The disposal of short,term waste is under review at the present time, so I cannotb say much about it.

DerdriuMarriner on 05/16/2024

Thank you for your comment below in answer to my previous observation and question.

Your comment three boxes down associates long-term storage of "very radioactive" material with burial and short-term waste with short-term surface storage.

Do short-term materials always remain on the surface or might they be relocated elsewhere when they show even less or no radioactivity?

frankbeswick on 05/16/2024

Long term is what timescale is needed to store very radioactive material.

DerdriuMarriner on 05/15/2024

Thank you for your comment below in answer to my previous observation and question.

The terms long and short term intrigue me.

Might the aforementioned terms refer to storage or to waste timespans?

frankbeswick on 05/15/2024

Long termis always buried, SHORT term can stay on the surface.

DerdriuMarriner on 05/14/2024

Thank you for your comment below in answer to my previous observation and question.

A storage unit for nuclear waste could have either an above- or a below-ground component for nuclear waste in the United States.

Which would it be in the British Isles?

frankbeswick on 05/14/2024

Rocksbthat are liable to collapse.

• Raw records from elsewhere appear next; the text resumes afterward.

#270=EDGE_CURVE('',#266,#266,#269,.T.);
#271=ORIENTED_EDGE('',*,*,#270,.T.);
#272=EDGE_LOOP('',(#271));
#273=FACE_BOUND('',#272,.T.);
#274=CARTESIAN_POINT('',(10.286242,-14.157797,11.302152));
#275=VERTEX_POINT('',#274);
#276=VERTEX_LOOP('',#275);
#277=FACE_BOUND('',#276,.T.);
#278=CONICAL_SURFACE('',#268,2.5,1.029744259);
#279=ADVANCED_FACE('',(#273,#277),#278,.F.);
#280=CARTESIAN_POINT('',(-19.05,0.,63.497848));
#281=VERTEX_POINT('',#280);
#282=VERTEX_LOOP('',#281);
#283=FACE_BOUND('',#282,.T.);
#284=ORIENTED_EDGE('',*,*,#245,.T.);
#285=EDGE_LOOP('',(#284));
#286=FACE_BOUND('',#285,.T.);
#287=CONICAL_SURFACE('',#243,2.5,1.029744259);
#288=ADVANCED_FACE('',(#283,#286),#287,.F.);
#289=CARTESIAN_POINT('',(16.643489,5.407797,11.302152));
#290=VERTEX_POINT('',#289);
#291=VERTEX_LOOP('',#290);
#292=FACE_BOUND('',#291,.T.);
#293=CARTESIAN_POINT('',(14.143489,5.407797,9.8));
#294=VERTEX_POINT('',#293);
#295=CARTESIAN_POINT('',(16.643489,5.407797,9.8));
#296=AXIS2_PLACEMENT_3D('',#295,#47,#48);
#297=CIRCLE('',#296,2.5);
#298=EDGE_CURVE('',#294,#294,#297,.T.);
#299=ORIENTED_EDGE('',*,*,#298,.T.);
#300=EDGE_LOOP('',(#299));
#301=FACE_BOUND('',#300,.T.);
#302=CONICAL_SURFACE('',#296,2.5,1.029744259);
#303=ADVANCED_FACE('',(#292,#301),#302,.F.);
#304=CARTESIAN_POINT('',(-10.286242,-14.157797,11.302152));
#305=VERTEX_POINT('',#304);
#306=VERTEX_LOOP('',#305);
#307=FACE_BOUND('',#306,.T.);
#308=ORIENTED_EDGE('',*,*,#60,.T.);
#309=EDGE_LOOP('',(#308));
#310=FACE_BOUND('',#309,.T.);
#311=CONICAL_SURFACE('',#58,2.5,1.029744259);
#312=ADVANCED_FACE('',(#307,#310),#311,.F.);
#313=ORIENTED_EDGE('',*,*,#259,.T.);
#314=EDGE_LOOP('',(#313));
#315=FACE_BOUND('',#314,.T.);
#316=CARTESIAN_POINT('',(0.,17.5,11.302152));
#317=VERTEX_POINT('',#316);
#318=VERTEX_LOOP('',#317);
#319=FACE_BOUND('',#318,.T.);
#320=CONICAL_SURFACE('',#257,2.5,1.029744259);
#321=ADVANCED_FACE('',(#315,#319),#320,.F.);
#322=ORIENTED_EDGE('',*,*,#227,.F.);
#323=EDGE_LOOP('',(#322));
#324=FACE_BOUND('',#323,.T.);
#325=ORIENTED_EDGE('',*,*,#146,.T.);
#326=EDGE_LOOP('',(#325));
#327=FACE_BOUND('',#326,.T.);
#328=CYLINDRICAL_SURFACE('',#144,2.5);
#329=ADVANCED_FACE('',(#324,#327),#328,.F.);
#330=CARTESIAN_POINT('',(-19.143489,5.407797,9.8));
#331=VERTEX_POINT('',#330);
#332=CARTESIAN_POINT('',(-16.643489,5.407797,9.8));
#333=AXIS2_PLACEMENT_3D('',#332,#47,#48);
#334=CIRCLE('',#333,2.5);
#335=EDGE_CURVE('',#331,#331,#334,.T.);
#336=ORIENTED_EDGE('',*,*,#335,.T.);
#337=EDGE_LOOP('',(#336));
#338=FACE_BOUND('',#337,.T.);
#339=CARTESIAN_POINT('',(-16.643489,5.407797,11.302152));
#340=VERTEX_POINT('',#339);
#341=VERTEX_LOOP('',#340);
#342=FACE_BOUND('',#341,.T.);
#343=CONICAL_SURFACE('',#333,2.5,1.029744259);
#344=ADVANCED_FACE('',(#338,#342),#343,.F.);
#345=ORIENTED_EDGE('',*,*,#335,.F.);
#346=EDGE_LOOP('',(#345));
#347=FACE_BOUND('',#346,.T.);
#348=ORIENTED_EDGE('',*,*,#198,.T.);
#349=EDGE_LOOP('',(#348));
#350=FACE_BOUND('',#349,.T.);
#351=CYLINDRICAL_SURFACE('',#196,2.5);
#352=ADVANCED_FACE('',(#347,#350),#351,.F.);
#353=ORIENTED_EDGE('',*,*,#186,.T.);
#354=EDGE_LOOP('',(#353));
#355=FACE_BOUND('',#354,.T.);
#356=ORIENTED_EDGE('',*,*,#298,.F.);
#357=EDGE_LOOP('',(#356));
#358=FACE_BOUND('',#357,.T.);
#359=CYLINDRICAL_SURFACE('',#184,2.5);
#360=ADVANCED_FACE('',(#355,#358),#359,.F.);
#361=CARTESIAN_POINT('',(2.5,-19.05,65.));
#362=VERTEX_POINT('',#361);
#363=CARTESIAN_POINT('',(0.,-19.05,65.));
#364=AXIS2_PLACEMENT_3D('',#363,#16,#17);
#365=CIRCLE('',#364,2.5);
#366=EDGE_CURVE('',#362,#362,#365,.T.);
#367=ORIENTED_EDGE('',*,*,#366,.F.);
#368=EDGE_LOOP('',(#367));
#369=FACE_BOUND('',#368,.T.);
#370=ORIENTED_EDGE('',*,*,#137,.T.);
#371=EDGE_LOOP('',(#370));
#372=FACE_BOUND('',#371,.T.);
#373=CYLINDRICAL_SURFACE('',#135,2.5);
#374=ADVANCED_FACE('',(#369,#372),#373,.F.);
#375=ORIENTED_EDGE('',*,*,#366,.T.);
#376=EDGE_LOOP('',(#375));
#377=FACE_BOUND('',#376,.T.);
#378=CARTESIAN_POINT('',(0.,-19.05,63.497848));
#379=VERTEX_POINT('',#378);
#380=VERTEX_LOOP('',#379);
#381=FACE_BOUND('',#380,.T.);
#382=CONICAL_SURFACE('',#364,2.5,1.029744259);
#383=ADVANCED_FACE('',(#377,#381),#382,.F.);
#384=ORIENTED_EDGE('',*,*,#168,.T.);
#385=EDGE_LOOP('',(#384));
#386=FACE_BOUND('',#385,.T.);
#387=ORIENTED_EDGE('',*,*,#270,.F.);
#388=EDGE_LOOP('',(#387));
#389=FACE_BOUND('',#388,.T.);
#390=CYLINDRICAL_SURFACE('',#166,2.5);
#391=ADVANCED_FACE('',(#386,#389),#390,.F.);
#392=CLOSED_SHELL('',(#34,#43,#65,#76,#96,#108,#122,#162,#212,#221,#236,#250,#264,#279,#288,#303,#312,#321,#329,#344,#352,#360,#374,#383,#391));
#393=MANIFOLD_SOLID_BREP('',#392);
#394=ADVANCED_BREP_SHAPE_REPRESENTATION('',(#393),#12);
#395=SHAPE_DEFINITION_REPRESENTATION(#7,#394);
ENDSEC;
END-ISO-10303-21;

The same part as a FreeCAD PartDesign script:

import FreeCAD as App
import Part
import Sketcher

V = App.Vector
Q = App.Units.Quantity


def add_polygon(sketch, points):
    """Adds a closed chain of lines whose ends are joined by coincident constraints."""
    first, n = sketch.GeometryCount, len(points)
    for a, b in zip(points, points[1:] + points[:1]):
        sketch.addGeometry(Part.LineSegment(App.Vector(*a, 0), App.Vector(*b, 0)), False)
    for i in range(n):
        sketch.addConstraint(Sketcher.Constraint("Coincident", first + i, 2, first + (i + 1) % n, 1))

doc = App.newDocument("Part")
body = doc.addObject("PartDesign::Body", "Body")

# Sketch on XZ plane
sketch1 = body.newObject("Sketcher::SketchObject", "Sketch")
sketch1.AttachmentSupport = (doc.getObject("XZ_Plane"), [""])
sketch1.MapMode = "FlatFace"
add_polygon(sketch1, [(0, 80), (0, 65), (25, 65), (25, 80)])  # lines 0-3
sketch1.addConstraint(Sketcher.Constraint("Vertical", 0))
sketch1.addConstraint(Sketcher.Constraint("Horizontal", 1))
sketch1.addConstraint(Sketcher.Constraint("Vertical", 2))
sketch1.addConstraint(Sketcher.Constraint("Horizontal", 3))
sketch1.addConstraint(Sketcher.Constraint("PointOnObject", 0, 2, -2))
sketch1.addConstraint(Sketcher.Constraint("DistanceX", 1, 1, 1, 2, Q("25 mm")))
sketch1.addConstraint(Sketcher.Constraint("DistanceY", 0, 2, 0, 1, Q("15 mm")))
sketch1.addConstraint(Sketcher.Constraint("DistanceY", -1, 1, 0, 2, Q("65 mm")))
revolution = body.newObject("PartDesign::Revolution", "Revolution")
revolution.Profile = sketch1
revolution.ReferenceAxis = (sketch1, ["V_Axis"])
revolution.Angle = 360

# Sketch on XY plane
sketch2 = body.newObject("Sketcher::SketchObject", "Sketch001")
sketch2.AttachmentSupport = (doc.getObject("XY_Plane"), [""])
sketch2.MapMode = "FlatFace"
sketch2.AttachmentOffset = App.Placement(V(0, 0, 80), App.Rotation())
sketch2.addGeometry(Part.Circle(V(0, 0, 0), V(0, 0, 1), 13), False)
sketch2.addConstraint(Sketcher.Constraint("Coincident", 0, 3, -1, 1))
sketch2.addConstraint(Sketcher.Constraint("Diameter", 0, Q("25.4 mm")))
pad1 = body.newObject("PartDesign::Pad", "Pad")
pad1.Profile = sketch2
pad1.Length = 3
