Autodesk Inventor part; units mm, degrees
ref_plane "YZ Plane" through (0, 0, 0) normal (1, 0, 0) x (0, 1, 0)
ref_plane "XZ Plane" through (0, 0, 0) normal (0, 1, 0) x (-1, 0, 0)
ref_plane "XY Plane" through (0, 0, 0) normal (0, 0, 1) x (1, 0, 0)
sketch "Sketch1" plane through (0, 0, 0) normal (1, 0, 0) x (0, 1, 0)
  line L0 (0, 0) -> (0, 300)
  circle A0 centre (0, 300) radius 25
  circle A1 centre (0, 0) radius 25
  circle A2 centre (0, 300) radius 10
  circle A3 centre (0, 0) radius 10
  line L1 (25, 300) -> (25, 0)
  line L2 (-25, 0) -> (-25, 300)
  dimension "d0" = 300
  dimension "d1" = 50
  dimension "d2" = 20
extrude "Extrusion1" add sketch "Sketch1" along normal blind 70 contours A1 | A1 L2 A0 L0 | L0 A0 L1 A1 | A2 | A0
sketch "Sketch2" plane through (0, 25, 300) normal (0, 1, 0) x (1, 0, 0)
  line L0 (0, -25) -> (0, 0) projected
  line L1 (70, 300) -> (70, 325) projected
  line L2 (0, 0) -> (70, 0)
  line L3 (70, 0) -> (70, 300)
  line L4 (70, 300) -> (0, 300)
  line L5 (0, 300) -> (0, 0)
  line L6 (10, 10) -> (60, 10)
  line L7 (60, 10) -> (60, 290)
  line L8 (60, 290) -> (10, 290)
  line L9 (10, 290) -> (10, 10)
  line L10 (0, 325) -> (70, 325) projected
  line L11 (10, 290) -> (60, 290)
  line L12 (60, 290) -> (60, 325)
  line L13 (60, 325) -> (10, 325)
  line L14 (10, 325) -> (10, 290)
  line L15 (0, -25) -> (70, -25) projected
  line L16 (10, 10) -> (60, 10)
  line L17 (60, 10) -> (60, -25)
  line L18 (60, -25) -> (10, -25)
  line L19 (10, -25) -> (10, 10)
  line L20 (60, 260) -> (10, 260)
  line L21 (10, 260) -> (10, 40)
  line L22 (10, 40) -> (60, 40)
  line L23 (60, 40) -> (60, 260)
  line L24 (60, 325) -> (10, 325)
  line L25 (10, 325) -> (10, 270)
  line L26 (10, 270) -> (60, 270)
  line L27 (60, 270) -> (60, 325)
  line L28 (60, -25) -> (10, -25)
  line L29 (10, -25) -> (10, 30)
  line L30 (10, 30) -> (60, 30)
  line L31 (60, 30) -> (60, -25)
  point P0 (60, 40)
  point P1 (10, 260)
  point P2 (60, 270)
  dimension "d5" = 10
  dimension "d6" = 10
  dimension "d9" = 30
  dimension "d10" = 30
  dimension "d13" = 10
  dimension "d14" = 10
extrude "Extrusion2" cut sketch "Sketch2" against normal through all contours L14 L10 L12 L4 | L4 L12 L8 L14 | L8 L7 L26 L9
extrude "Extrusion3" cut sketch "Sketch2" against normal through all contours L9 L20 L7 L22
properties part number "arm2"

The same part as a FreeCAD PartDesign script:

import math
import FreeCAD as App
import Part
import Sketcher
Q = App.Units.Quantity

doc = App.newDocument("Part")
body = doc.addObject("PartDesign::Body", "Body")

# Sketch on YZ plane
sketch1 = body.newObject("Sketcher::SketchObject", "Sketch")
sketch1.AttachmentSupport = (doc.getObject("YZ_Plane"), [""])
sketch1.MapMode = "FlatFace"
sketch1.addGeometry([
    Part.ArcOfCircle(Part.Circle(App.Vector(0, 0, 0), App.Vector(0, 0, 1), 25), math.radians(180), math.radians(360)),  # 0
    Part.LineSegment(App.Vector(25, 0, 0), App.Vector(25, 300, 0)),  # 1
    Part.ArcOfCircle(Part.Circle(App.Vector(0, 300, 0), App.Vector(0, 0, 1), 25), math.radians(0), math.radians(180)),  # 2
    Part.LineSegment(App.Vector(-25, 300, 0), App.Vector(-25, 0, 0)),  # 3
    Part.Circle(App.Vector(0, 0, 0), App.Vector(0, 0, 1), 10),  # 4
], False)
sketch1.addConstraint([
    Sketcher.Constraint("Tangent", 0, 2, 1, 1),
    Sketcher.Constraint("Tangent", 1, 2, 2, 1),
    Sketcher.Constraint("Tangent", 2, 2, 3, 1),
    Sketcher.Constraint("Tangent", 3, 2, 0, 1),
    Sketcher.Constraint("Vertical", 1),
    Sketcher.Constraint("Vertical", 3),
    Sketcher.Constraint("Coincident", 0, 3, -1, 1),
    Sketcher.Constraint("Coincident", 4, 3, -1, 1),
    Sketcher.Constraint("Diameter", 4, Q("20 mm")),
    Sketcher.Constraint("Radius", 0, Q("25 mm")),
    Sketcher.Constraint("DistanceY", 1, 1, 1, 2, Q("300 mm")),
])
pad1 = body.newObject("PartDesign::Pad", "Pad")
pad1.Profile = sketch1
pad1.Length = 70

# Sketch on XZ plane
sketch2 = body.newObject("Sketcher::SketchObject", "Sketch001")
sketch2.AttachmentSupport = (doc.getObject("XZ_Plane"), [""])
sketch2.MapMode = "FlatFace"
sketch2.AttachmentOffset = App.Placement(App.Vector(0, 0, -25), App.Rotation())
sketch2.addGeometry([
    Part.LineSegment(App.Vector(10, -25, 0), App.Vector(10, 30, 0)),
    Part.LineSegment(App.Vector(10, 30, 0), App.Vector(60, 30, 0)),
    Part.LineSegment(App.Vector(60, 30, 0), App.Vector(60, -25, 0)),
    Part.LineSegment(App.Vector(60, -25, 0), App.Vector(10, -25, 0)),
], False)
sketch2.addConstraint([
    Sketcher.Constraint("Coincident", 0, 2, 1, 1),
    Sketcher.Constraint("Coincident", 1, 2, 2, 1),
    Sketcher.Constraint("Coincident", 2, 2, 3, 1),
    Sketcher.Constraint("Coincident", 3, 2, 0, 1),
    Sketcher.Constraint("Vertical", 0),
    Sketcher.Constraint("Horizontal", 1),
    Sketcher.Constraint("Vertical", 2),
    Sketcher.Constraint("Horizontal", 3),
    Sketcher.Constraint("DistanceX", -1, 1, 0, 2, Q("10 mm")),
    Sketcher.Constraint("DistanceY", -1, 1, 0, 2, Q("30 mm")),
    Sketcher.Constraint("DistanceX", 1, 1, 1, 2, Q("50 mm")),
    Sketcher.Constraint("DistanceY", 0, 1, 0, 2, Q("55 mm")),
])
pocket1 = body.newObject("PartDesign::Pocket", "Pocket")
pocket1.Profile = sketch2
pocket1.Type = "ThroughAll"
pocket1.Reversed = True

# Sketch on XZ plane
sketch3 = body.newObject("Sketcher::SketchObject", "Sketch002")
sketch3.AttachmentSupport = (doc.getObject("XZ_Plane"), [""])
sketch3.MapMode = "FlatFace"
sketch3.AttachmentOffset = App.Placement(App.Vector(0, 0, -25), App.Rotation())
sketch3.addGeometry([
    Part.LineSegment(App.Vector(10, 40, 0), App.Vector(10, 260, 0)),
    Part.LineSegment(App.Vector(10, 260, 0), App.Vector(60, 260, 0)),
    Part.LineSegment(App.Vector(60, 260, 0), App.Vector(60, 40, 0)),
    Part.LineSegment(App.Vector(60, 40, 0), App.Vector(10, 40, 0)),
], False)
sketch3.addConstraint([
    Sketcher.Constraint("Coincident", 0, 2, 1, 1),
    Sketcher.Constraint("Coincident", 1, 2, 2, 1),
    Sketcher.Constraint("Coincident", 2, 2, 3, 1),
    Sketcher.Constraint("Coincident", 3, 2, 0, 1),
    Sketcher.Constraint("Vertical", 0),
    Sketcher.Constraint("Horizontal", 1),
    Sketcher.Constraint("Vertical", 2),
    Sketcher.Constraint("Horizontal", 3),
    Sketcher.Constraint("DistanceX", -1, 1, 0, 2, Q("10 mm")),
    Sketcher.Constraint("DistanceX", 1, 1, 1, 2, Q("50 mm")),
    Sketcher.Constraint("DistanceY", 0, 1, 0, 2, Q("220 mm")),
    Sketcher.Constraint("DistanceY", -1, 1, 0, 2, Q("260 mm")),
])
pocket2 = body.newObject("PartDesign::Pocket", "Pocket001")
pocket2.Profile = sketch3
pocket2.Type = "ThroughAll"
pocket2.Reversed = True

doc.recompute()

There are several causes, erosion quake

DerdriuMarriner on 05/13/2024

Thank you for your comment below in answer to my previous observation and question.

What is "geological instability"?

Might it refer to earthquakes?

Online sources present the British Isles as prone to magnitude-4 earthquakes every 2 years and magnitude-5 earthquakes every 10-20 years!

frankbeswick on 05/19/2022

The nuclear power station at Hinckley Point not far from the Mendips has a small storage unit for nuclear waste. West Cumbria was chosen because it is near a nuclear power station and is not prone to coastline erosion or geological instability.

DerdriuMarriner on 05/18/2022

Revisiting your wizzley brought to mind something that I'd meant to explore earlier, with the first reading.

It intrigues me where your say "Macfarlane's literary and physical journey, which began in the Mendip Hills at the palaeolithic burial site of Aveline's Hole, a natural cave used to inter the valued dead, is now completed, ironically with an unnatural hole in which we try to seal away the dangerous waste that our ecologically wasteful lifestyle has left us."

What is the name of that waste disposal point?

In a related direction, it's a bit confusing on the internet to determine whether you all northeast ponders store nuclear waste above- or below-ground or both! Why was west Cumbria selected for radioactive-waste storage? Would the Sellafield facility still be the main or only storage point?